(Problem description) Below is a listing. Write out exactly its lines between the one holding "e32 v26 v27 LINE" and the one holding "e53 v7 v25 LINE", inclusive.

(Records for the task)

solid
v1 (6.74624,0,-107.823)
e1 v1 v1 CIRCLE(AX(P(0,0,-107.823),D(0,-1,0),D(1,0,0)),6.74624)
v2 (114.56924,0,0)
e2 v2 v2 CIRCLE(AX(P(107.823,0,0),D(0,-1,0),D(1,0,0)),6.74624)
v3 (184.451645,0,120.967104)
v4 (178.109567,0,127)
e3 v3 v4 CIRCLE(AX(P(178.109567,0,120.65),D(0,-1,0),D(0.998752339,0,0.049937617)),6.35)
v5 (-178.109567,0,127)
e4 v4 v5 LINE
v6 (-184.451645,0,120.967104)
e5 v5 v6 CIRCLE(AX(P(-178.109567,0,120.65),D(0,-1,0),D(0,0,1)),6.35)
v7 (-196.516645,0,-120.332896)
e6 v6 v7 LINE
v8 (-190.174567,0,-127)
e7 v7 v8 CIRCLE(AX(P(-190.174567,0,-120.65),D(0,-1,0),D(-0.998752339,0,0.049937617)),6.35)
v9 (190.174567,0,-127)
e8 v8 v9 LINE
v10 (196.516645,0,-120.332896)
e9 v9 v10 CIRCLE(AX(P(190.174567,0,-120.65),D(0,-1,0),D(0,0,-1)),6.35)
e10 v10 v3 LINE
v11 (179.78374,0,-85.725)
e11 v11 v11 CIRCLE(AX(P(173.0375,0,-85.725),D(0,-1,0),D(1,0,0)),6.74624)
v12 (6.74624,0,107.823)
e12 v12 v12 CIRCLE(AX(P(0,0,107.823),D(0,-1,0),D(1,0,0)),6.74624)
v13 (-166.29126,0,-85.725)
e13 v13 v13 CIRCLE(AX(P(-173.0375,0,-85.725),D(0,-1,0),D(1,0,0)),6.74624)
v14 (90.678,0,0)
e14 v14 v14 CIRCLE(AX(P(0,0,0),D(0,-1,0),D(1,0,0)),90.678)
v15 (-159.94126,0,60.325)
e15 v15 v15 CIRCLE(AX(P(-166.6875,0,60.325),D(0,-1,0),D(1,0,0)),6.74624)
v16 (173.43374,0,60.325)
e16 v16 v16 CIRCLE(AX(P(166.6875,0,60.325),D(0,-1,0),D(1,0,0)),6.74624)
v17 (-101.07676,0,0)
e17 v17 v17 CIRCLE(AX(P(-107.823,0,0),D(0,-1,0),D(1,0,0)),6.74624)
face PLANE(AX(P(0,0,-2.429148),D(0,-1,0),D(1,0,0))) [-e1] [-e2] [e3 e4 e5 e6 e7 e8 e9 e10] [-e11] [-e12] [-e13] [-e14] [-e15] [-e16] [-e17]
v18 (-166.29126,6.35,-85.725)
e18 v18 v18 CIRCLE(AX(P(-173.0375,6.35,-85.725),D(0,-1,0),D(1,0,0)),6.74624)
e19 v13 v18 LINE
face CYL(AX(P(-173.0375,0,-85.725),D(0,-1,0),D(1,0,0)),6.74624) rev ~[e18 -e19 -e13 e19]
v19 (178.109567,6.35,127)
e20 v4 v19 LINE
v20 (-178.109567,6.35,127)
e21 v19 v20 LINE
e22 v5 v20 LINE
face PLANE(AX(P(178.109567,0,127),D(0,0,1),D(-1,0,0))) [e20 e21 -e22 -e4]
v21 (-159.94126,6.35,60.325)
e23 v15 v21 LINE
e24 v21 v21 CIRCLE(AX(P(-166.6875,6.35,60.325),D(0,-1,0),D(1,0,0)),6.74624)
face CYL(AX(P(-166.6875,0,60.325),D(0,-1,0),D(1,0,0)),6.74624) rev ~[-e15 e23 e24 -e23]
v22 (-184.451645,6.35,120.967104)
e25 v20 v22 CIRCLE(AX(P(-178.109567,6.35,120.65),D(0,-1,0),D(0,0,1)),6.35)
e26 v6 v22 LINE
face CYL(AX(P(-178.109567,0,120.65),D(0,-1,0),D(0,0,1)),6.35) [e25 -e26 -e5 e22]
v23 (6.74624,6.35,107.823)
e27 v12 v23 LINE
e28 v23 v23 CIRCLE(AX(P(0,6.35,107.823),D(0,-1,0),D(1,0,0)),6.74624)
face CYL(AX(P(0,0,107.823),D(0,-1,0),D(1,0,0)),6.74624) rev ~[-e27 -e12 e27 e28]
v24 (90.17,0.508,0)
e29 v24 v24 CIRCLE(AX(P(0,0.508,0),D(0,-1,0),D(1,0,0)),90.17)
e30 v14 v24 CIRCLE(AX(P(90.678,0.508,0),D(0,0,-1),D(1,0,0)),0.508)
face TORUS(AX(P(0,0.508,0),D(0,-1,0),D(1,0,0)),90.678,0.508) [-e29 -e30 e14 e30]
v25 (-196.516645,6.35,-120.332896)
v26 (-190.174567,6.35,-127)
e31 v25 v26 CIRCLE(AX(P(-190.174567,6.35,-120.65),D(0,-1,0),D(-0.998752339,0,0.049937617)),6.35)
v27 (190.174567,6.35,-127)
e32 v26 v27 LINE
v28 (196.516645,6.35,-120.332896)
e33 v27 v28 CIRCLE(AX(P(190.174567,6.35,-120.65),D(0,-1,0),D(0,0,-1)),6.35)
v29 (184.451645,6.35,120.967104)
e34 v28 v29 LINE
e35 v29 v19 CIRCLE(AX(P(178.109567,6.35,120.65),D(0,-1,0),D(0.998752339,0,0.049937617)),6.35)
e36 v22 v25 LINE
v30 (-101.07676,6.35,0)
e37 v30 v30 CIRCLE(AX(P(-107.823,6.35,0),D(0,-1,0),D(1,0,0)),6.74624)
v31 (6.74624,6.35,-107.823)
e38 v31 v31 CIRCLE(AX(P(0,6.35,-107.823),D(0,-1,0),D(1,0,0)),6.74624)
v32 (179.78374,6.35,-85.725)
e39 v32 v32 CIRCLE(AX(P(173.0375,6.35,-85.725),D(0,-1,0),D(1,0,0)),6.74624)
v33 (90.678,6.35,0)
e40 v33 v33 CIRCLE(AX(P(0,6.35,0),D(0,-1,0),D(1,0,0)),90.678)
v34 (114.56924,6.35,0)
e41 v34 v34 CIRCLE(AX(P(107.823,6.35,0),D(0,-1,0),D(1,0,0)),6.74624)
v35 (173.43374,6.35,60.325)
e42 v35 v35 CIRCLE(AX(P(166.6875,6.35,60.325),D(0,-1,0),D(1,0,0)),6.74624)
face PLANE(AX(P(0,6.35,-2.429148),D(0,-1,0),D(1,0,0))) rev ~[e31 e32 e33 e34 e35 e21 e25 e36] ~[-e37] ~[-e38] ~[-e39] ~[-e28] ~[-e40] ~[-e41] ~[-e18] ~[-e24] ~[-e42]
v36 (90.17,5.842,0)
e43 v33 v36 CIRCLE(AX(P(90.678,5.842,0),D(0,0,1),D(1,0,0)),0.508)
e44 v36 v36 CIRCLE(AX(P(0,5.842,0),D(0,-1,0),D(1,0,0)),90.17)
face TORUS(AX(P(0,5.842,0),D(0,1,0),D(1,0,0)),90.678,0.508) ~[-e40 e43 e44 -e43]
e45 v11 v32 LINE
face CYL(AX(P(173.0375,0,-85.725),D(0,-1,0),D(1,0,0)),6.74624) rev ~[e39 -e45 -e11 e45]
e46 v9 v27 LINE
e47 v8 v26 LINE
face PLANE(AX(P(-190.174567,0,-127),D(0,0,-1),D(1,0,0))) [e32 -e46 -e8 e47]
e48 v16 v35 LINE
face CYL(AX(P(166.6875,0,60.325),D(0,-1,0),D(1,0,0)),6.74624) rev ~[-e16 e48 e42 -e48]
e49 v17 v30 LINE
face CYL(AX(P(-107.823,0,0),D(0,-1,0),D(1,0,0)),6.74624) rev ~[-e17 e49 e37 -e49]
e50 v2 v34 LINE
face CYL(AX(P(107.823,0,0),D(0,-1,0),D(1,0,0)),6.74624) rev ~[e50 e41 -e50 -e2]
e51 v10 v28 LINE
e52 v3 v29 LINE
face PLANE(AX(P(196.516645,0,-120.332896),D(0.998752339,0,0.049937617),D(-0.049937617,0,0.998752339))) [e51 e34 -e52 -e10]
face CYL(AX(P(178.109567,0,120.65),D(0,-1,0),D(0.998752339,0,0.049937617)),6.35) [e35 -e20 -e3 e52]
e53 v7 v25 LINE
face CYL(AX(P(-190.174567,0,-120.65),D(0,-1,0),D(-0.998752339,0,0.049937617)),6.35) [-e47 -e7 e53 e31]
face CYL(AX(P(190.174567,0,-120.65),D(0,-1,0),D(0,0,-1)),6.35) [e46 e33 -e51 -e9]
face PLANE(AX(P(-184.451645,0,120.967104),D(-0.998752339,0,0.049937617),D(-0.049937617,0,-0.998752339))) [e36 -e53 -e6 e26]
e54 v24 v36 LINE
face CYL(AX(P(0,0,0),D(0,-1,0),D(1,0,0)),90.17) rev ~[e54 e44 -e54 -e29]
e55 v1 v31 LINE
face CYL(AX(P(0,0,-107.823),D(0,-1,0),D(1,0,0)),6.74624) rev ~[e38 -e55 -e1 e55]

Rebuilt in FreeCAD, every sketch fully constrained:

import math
import FreeCAD as App
import Part
import Sketcher

V = App.Vector
Q = App.Units.Quantity


def edges_at(feature, points):
    """Names of the edges that pass closest to the given points."""
    edges = feature.Shape.Edges
    near = lambda p: min(range(len(edges)), key=lambda i: edges[i].distToShape(Part.Vertex(*p))[0])
    return sorted({f"Edge{near(p) + 1}" for p in points})

doc = App.newDocument("Part")
body = doc.addObject("PartDesign::Body", "Body")

# Sketch on XZ plane
sketch1 = body.newObject("Sketcher::SketchObject", "Sketch")
sketch1.AttachmentSupport = (doc.getObject("XZ_Plane"), [""])
sketch1.MapMode = "FlatFace"
sketch1.addGeometry([
    Part.ArcOfCircle(Part.Circle(V(-190, -121, 0), V(0, 0, 1), 6), math.radians(177), math.radians(270)),  # 0
    Part.LineSegment(V(-190, -127, 0), V(190, -127, 0)),  # 1
    Part.ArcOfCircle(Part.Circle(V(190, -121, 0), V(0, 0, 1), 6), math.radians(-90), math.radians(3)),  # 2
    Part.LineSegment(V(197, -120, 0), V(184, 121, 0)),  # 3
    Part.ArcOfCircle(Part.Circle(V(178, 121, 0), V(0, 0, 1), 6), math.radians(3), math.radians(90)),  # 4
    Part.LineSegment(V(178, 127, 0), V(-178, 127, 0)),  # 5
    Part.ArcOfCircle(Part.Circle(V(-178, 121, 0), V(0, 0, 1), 6), math.radians(90), math.radians(177)),  # 6
    Part.LineSegment(V(-184, 121, 0), V(-197, -120, 0)),  # 7
    Part.Circle(V(-173, -86, 0), V(0, 0, 1), 7),  # 8
    Part.Circle(V(173, -86, 0), V(0, 0, 1), 7),  # 9
    Part.Circle(V(-167, 60, 0), V(0, 0, 1), 7),  # 10
    Part.Circle(V(167, 60, 0), V(0, 0, 1), 7),  # 11
], False)
sketch1.addConstraint([
    Sketcher.Constraint("Tangent", 0, 2, 1, 1),
    Sketcher.Constraint("Tangent", 1, 2, 2, 1),
    Sketcher.Constraint("Tangent", 2, 2, 3, 1),
    Sketcher.Constraint("Tangent", 3, 2, 4, 1),
    Sketcher.Constraint("Tangent", 4, 2, 5, 1),
    Sketcher.Constraint("Tangent", 5, 2, 6, 1),
    Sketcher.Constraint("Tangent", 6, 2, 7, 1),
    Sketcher.Constraint("Tangent", 7, 2, 0, 1),
    Sketcher.Constraint("Horizontal", 1),
    Sketcher.Constraint("Horizontal", 5),
    Sketcher.Constraint("Equal", 0, 2),
    Sketcher.Constraint("Equal", 2, 4),
    Sketcher.Constraint("Equal", 4, 6),
    Sketcher.Constraint("Equal", 8, 9),
    Sketcher.Constraint("Equal", 9, 10),
    Sketcher.Constraint("Equal", 10, 11),
    Sketcher.Constraint("Symmetric", 8, 3, 9, 3, -2),
    Sketcher.Constraint("Symmetric", 10, 3, 11, 3, -2),
    Sketcher.Constraint("Symmetric", 3, 2, 6, 2, -2),
    Sketcher.Constraint("Radius", 0, Q("0.25 in")),
    Sketcher.Constraint("DistanceY", 0, 2, -1, 1, Q("5 in")),
    Sketcher.Constraint("DistanceY", -1, 1, 4, 2, Q("5 in")),
    Sketcher.Constraint("Diameter", 8, Q("0.5312 in")),
    Sketcher.Constraint("DistanceX", 8, 3, 10, 3, Q("0.25 in")),
    Sketcher.Constraint("DistanceY", 8, 3, 10, 3, Q("5.75 in")),
    Sketcher.Constraint("DistanceX", 8, 3, -1, 1, Q("6.8125 in")),
    Sketcher.Constraint("DistanceY", 8, 3, -1, 1, Q("3.375 in")),
    Sketcher.Constraint("DistanceX", 4, 3, 2, 3, Q("0.475 in")),
    Sketcher.Constraint("DistanceX", 1, 1, 1, 2, 380.349135),
])
pad1 = body.newObject("PartDesign::Pad", "Pad")
pad1.Profile = sketch1
pad1.Length = Q("0.25 in")
pad1.Reversed = True

# Sketch on XZ plane
sketch2 = body.newObject("Sketcher::SketchObject", "Sketch001")
sketch2.AttachmentSupport = (doc.getObject("XZ_Plane"), [""])
sketch2.MapMode = "FlatFace"
sketch2.addGeometry(Part.Circle(V(0, 0, 0), V(0, 0, 1), 90), False)
sketch2.addConstraint([
    Sketcher.Constraint("Coincident", 0, 3, -1, 1),
    Sketcher.Constraint("Diameter", 0, Q("7.1 in")),
])
pocket1 = body.newObject("PartDesign::Pocket", "Pocket")
pocket1.Profile = sketch2
pocket1.Type = "ThroughAll"

# Sketch on XZ plane
sketch3 = body.newObject("Sketcher::SketchObject", "Sketch002")
sketch3.AttachmentSupport = (doc.getObject("XZ_Plane"), [""])
sketch3.MapMode = "FlatFace"
sketch3.addGeometry([
    Part.Circle(V(0, 108, 0), V(0, 0, 1), 7),
    Part.Circle(V(-108, 0, 0), V(0, 0, 1), 7),
    Part.Circle(V(0, -108, 0), V(0, 0, 1), 7),
    Part.Circle(V(108, 0, 0), V(0, 0, 1), 7),
], False)
sketch3.addConstraint([
    Sketcher.Constraint("Equal", 0, 1),
    Sketcher.Constraint("Equal", 1, 2),
    Sketcher.Constraint("Equal", 2, 3),
    Sketcher.Constraint("Symmetric", 0, 3, 2, 3, -1, 1),
    Sketcher.Constraint("Symmetric", 1, 3, 3, 3, -1, 1),
    Sketcher.Constraint("PointOnObject", 0, 3, -2),
    Sketcher.Constraint("PointOnObject", 1, 3, -1),
    Sketcher.Constraint("Diameter", 0, Q("0.5312 in")),
    Sketcher.Constraint("DistanceY", 2, 3, 0, 3, Q("8.49 in")),
    Sketcher.Constraint("DistanceX", 1, 3, 3, 3, Q("8.49 in")),
])
pocket2 = body.newObject("PartDesign::Pocket", "Pocket001")
pocket2.Profile = sketch3
pocket2.Type = "ThroughAll"
doc.recompute()

fillet = body.newObject("PartDesign::Fillet", "Fillet")
fillet.Base = (pocket2, edges_at(pocket2, [(-90.17, 6.35, 0), (-90.17, 0, 0)]))
fillet.Radius = Q("0.02 in")

doc.recompute()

(Written answer)
e32 v26 v27 LINE
v28 (196.516645,6.35,-120.332896)
e33 v27 v28 CIRCLE(AX(P(190.174567,6.35,-120.65),D(0,-1,0),D(0,0,-1)),6.35)
v29 (184.451645,6.35,120.967104)
e34 v28 v29 LINE
e35 v29 v19 CIRCLE(AX(P(178.109567,6.35,120.65),D(0,-1,0),D(0.998752339,0,0.049937617)),6.35)
e36 v22 v25 LINE
v30 (-101.07676,6.35,0)
e37 v30 v30 CIRCLE(AX(P(-107.823,6.35,0),D(0,-1,0),D(1,0,0)),6.74624)
v31 (6.74624,6.35,-107.823)
e38 v31 v31 CIRCLE(AX(P(0,6.35,-107.823),D(0,-1,0),D(1,0,0)),6.74624)
v32 (179.78374,6.35,-85.725)
e39 v32 v32 CIRCLE(AX(P(173.0375,6.35,-85.725),D(0,-1,0),D(1,0,0)),6.74624)
v33 (90.678,6.35,0)
e40 v33 v33 CIRCLE(AX(P(0,6.35,0),D(0,-1,0),D(1,0,0)),90.678)
v34 (114.56924,6.35,0)
e41 v34 v34 CIRCLE(AX(P(107.823,6.35,0),D(0,-1,0),D(1,0,0)),6.74624)
v35 (173.43374,6.35,60.325)
e42 v35 v35 CIRCLE(AX(P(166.6875,6.35,60.325),D(0,-1,0),D(1,0,0)),6.74624)
face PLANE(AX(P(0,6.35,-2.429148),D(0,-1,0),D(1,0,0))) rev ~[e31 e32 e33 e34 e35 e21 e25 e36] ~[-e37] ~[-e38] ~[-e39] ~[-e28] ~[-e40] ~[-e41] ~[-e18] ~[-e24] ~[-e42]
v36 (90.17,5.842,0)
e43 v33 v36 CIRCLE(AX(P(90.678,5.842,0),D(0,0,1),D(1,0,0)),0.508)
e44 v36 v36 CIRCLE(AX(P(0,5.842,0),D(0,-1,0),D(1,0,0)),90.17)
face TORUS(AX(P(0,5.842,0),D(0,1,0),D(1,0,0)),90.678,0.508) ~[-e40 e43 e44 -e43]
e45 v11 v32 LINE
face CYL(AX(P(173.0375,0,-85.725),D(0,-1,0),D(1,0,0)),6.74624) rev ~[e39 -e45 -e11 e45]
e46 v9 v27 LINE
e47 v8 v26 LINE
face PLANE(AX(P(-190.174567,0,-127),D(0,0,-1),D(1,0,0))) [e32 -e46 -e8 e47]
e48 v16 v35 LINE
face CYL(AX(P(166.6875,0,60.325),D(0,-1,0),D(1,0,0)),6.74624) rev ~[-e16 e48 e42 -e48]
e49 v17 v30 LINE
face CYL(AX(P(-107.823,0,0),D(0,-1,0),D(1,0,0)),6.74624) rev ~[-e17 e49 e37 -e49]
e50 v2 v34 LINE
face CYL(AX(P(107.823,0,0),D(0,-1,0),D(1,0,0)),6.74624) rev ~[e50 e41 -e50 -e2]
e51 v10 v28 LINE
e52 v3 v29 LINE
face PLANE(AX(P(196.516645,0,-120.332896),D(0.998752339,0,0.049937617),D(-0.049937617,0,0.998752339))) [e51 e34 -e52 -e10]
face CYL(AX(P(178.109567,0,120.65),D(0,-1,0),D(0.998752339,0,0.049937617)),6.35) [e35 -e20 -e3 e52]
e53 v7 v25 LINE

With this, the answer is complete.